Raw (Lines/ Words): Provides a view for Location based Extract
Forms: Scan the document as FORM and provide Label/ Value
Tables: Scan the document as Table and provide in Tabular From
Cards: Business Cards/ Contact Cards

When I think about the problem in hand and try to define metric that can define the effectiveness of OCR on a high level, below list came up

Comparison Metrics:

Accuracy Level (identify character from different fonts)
Relevance (similarity like words on a line)
Proximity (like where they are located)

Comparing AWS Textract vs. Einstein OCR:

Thought for practical use case an API based access to extracted data will be best, for “ease of use” I used the UI tools offered to see processed data.

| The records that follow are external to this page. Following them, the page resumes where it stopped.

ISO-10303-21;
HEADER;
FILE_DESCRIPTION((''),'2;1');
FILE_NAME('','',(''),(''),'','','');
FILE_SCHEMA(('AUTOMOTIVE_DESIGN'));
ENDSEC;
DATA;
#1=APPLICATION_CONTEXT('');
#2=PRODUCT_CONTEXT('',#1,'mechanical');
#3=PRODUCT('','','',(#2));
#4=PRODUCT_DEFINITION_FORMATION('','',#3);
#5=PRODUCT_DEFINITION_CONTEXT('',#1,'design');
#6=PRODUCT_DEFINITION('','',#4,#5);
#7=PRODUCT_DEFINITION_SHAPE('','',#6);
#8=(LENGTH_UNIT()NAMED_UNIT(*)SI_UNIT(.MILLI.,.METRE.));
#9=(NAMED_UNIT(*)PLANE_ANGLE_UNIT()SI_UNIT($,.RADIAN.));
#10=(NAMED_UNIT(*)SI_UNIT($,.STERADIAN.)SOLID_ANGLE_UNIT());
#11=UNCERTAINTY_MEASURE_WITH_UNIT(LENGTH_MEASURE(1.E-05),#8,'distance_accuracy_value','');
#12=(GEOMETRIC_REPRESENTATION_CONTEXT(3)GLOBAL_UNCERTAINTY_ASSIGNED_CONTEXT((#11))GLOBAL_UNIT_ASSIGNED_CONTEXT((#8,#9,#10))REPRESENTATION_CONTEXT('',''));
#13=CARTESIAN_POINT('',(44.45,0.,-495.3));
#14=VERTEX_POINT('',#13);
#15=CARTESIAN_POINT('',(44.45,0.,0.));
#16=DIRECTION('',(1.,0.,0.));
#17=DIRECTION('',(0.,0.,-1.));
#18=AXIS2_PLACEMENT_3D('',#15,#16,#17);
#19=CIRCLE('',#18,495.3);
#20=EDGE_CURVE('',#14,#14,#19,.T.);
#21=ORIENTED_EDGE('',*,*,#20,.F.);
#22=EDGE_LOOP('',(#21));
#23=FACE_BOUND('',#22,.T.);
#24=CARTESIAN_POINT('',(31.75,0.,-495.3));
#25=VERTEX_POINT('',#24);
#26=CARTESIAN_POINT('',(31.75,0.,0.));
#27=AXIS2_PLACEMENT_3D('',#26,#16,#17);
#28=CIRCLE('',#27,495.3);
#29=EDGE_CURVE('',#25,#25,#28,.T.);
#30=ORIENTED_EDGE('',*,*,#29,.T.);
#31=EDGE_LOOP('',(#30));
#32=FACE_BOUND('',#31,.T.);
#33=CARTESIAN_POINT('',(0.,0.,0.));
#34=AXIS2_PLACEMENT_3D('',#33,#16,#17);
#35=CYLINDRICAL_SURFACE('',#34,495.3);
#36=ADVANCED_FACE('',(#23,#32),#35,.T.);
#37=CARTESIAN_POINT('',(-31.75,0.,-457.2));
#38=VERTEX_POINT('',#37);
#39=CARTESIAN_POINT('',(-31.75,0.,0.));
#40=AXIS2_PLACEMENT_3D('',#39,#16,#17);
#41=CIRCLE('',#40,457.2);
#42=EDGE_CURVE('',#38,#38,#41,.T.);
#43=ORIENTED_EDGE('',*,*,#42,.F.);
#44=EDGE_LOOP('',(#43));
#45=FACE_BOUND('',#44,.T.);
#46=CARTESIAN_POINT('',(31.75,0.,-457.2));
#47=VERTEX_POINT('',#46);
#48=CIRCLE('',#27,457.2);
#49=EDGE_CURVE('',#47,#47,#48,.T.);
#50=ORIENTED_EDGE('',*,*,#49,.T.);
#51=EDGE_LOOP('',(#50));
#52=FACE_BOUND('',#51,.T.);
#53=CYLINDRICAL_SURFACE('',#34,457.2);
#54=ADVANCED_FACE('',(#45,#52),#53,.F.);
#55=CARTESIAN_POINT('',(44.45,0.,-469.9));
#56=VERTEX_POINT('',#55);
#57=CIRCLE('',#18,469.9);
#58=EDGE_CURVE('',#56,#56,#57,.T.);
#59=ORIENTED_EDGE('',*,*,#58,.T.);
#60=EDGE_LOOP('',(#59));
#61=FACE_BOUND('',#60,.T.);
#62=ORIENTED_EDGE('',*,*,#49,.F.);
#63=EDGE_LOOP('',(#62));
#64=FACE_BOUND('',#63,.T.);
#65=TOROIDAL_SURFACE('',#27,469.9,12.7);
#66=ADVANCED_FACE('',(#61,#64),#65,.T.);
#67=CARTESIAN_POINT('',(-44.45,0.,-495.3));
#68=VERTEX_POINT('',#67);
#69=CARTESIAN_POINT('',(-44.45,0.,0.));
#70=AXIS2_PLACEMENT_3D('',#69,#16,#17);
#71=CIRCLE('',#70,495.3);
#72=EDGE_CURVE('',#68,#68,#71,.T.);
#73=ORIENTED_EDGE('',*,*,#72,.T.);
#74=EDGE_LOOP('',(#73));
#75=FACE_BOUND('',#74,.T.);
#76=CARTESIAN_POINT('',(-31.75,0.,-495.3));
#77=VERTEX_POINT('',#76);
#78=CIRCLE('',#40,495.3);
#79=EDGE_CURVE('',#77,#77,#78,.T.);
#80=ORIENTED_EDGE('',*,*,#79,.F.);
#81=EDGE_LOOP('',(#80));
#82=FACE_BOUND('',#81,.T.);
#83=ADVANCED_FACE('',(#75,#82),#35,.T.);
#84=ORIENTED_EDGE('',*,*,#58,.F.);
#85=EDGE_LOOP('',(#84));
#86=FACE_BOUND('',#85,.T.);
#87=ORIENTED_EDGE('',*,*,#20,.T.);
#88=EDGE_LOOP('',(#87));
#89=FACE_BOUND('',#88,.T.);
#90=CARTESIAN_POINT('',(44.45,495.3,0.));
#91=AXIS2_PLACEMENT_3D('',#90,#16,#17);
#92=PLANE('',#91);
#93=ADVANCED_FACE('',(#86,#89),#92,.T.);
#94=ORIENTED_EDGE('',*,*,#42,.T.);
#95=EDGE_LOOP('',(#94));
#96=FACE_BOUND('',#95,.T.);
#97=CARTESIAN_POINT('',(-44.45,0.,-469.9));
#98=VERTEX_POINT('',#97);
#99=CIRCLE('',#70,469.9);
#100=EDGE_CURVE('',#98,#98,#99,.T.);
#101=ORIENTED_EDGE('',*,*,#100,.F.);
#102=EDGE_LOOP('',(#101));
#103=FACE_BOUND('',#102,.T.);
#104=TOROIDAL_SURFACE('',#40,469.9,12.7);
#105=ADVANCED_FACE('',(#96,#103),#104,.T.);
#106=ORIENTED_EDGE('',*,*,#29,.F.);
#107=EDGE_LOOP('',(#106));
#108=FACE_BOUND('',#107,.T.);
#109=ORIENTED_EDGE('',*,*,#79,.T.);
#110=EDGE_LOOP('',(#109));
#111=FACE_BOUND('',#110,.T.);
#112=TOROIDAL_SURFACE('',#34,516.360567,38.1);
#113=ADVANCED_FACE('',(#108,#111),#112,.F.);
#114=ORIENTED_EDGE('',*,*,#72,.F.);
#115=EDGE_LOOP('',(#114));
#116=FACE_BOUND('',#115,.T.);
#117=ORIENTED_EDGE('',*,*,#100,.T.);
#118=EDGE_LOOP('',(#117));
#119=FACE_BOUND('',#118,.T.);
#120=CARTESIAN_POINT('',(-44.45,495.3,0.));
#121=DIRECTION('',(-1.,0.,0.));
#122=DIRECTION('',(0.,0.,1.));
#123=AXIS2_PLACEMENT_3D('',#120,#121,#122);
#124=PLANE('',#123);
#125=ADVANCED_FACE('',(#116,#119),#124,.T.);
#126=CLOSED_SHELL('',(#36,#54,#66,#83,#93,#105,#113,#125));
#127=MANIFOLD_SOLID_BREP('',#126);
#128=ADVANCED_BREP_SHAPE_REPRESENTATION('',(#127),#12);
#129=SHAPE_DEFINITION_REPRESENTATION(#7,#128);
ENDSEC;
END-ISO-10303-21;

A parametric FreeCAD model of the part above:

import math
import FreeCAD as App
import Part
import Sketcher
from FreeCAD import Vector
Q = App.Units.Quantity

doc = App.newDocument("Part")
body = doc.addObject("PartDesign::Body", "Body")

# Sketch on XY plane
sketch1 = body.newObject("Sketcher::SketchObject", "Sketch")
sketch1.AttachmentSupport = (doc.getObject("XY_Plane"), [""])
sketch1.MapMode = "FlatFace"
sketch1.addGeometry([
    Part.LineSegment(Vector(44.45, 495.3, 0), Vector(31.75, 495.3, 0)),  # 0
    Part.ArcOfCircle(Part.Circle(Vector(0, 516.360567, 0), Vector(0, 0, 1), 38.1), math.radians(-146.44269), math.radians(-33.55731)),  # 1
    Part.LineSegment(Vector(-31.75, 495.3, 0), Vector(-44.45, 495.3, 0)),  # 2
    Part.LineSegment(Vector(-44.45, 495.3, 0), Vector(-44.45, 469.9, 0)),  # 3
    Part.ArcOfCircle(Part.Circle(Vector(-31.75, 469.9, 0), Vector(0, 0, 1), 12.7), math.radians(180), math.radians(270)),  # 4
    Part.LineSegment(Vector(-31.75, 457.2, 0), Vector(31.75, 457.2, 0)),  # 5
    Part.ArcOfCircle(Part.Circle(Vector(31.75, 469.9, 0), Vector(0, 0, 1), 12.7), math.radians(-90), math.radians(0)),  # 6
    Part.LineSegment(Vector(44.45, 469.9, 0), Vector(44.45, 495.3, 0)),  # 7
], False)
sketch1.addConstraint([
    Sketcher.Constraint("Coincident", 0, 2, 1, 2),
    Sketcher.Constraint("Coincident", 1, 1, 2, 1),
    Sketcher.Constraint("Coincident", 2, 2, 3, 1),
    Sketcher.Constraint("Tangent", 3, 2, 4, 1),
    Sketcher.Constraint("Tangent", 4, 2, 5, 1),
    Sketcher.Constraint("Tangent", 5, 2, 6, 1),
    Sketcher.Constraint("Tangent", 6, 2, 7, 1),
    Sketcher.Constraint("Coincident", 7, 2, 0, 1),
    Sketcher.Constraint("Horizontal", 0),
    Sketcher.Constraint("Horizontal", 2),
    Sketcher.Constraint("Vertical", 3),
    Sketcher.Constraint("Horizontal", 5),
    Sketcher.Constraint("Vertical", 7),
    Sketcher.Constraint("Equal", 4, 6),
    Sketcher.Constraint("Symmetric", 0, 2, 1, 1, -2),
    Sketcher.Constraint("Vertical", 6, 3, 0, 2),
    Sketcher.Constraint("Vertical", 4, 3, 1, 1),
    Sketcher.Constraint("Radius", 1, Q("1.5 in")),
    Sketcher.Constraint("Radius", 4, Q("0.5 in")),
    Sketcher.Constraint("DistanceY", 3, 2, 3, 1, Q("1 in")),
    Sketcher.Constraint("DistanceX", 5, 1, 5, 2, Q("2.5 in")),
    Sketcher.Constraint("DistanceY", -1, 1, 4, 2, Q("18 in")),
])
revolution = body.newObject("PartDesign::Revolution", "Revolution")
revolution.Profile = sketch1
revolution.ReferenceAxis = (sketch1, ["H_Axis"])
revolution.Angle = 360

doc.recompute()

SFDC: Einstein Playground → OCR

AWS Management Console: Amazon Textract → Analyze document

When it comes to AWS Textract the UI interface is simple where you just need to upload the image and Textract engine does all the work unlike Einstein OCR where you must specify what was the data format that you are feeding like Text, Contact. Thought this might not be important on the onset as you may know well in advance what OCR capability you are building it shows the matureness of AWS Textract’s predictability.

To compare these two products with basic metrics defined above I used sample insurance card in Fig 1 above

Looking at Accuracy Level:

From the ability of accurately predicting the characters both AWS and SFDC scored equal. I want to note here that the scope of testing is limited to English characters set and clearly legible printed characters and fonts.

Looking at Relevance Level:

When it comes to relevance to “group together words” based on Relevance Textract clearly beats OCR. I can go to the extent of saying OCR is not even close to what Textract can do in any of the Einstein OCR methods Text, Contact or Table offered by SFDC.

Fig. 3: AWS Textract Output for Relevance

Fig. 4: Einstein OCR Output for Relevance

Looking at Proximity Level:

Proximity level is measured by the accuracy of predicting the location of the word or line mapped as X and Y coordinates in two dimensions plain. While both AWS Textract and OCR provided accurate coordinates based on the Label it produces AWS Textract beats OCR when combined with Lines and Words output together.

Using the Lines and Words output combo one can easily analysis the placement of text in the layout by applying general principal that Label and Value will be kept in proximity for example one would put the “Member Id” Value and Label close together in the same line or a line below rather than splitting them apart multiple lines. It’s a commonsense based approach for a human reader to understand.

Fig 5: AWS Textract Output for Words view (Refer Figure 3 for AWS Textract Lines view)

Applying a Real Use Case:

Finally, I tried using my insurance card and tried using this service as an average informed user to see how these services perform. To my surprise Einstein OCR ran into a problem and was unable to Label while Textract was able to predict and extract label and values close to actual labels and values.

Fig. 6: AWS Textract: Real Life Insurnace Card

Fig. 7: Einstein OCR: Real Life Insurnace Card (Expired)

Verdict:

When combining all these metrics and weighing features available today AWS Textract came as clear winner.

Final Thoughts:

Thought OCR has features that will help in simplifying the identification of Labels its cannot be relied upon to provide a complete solution in entirety. Other features of advanced analytics like a secondary Regression Machine Learning are required. To compete with other products, Einstein OCR need to improve the way they interpret Relevance and Proximity in their predictive algorithms.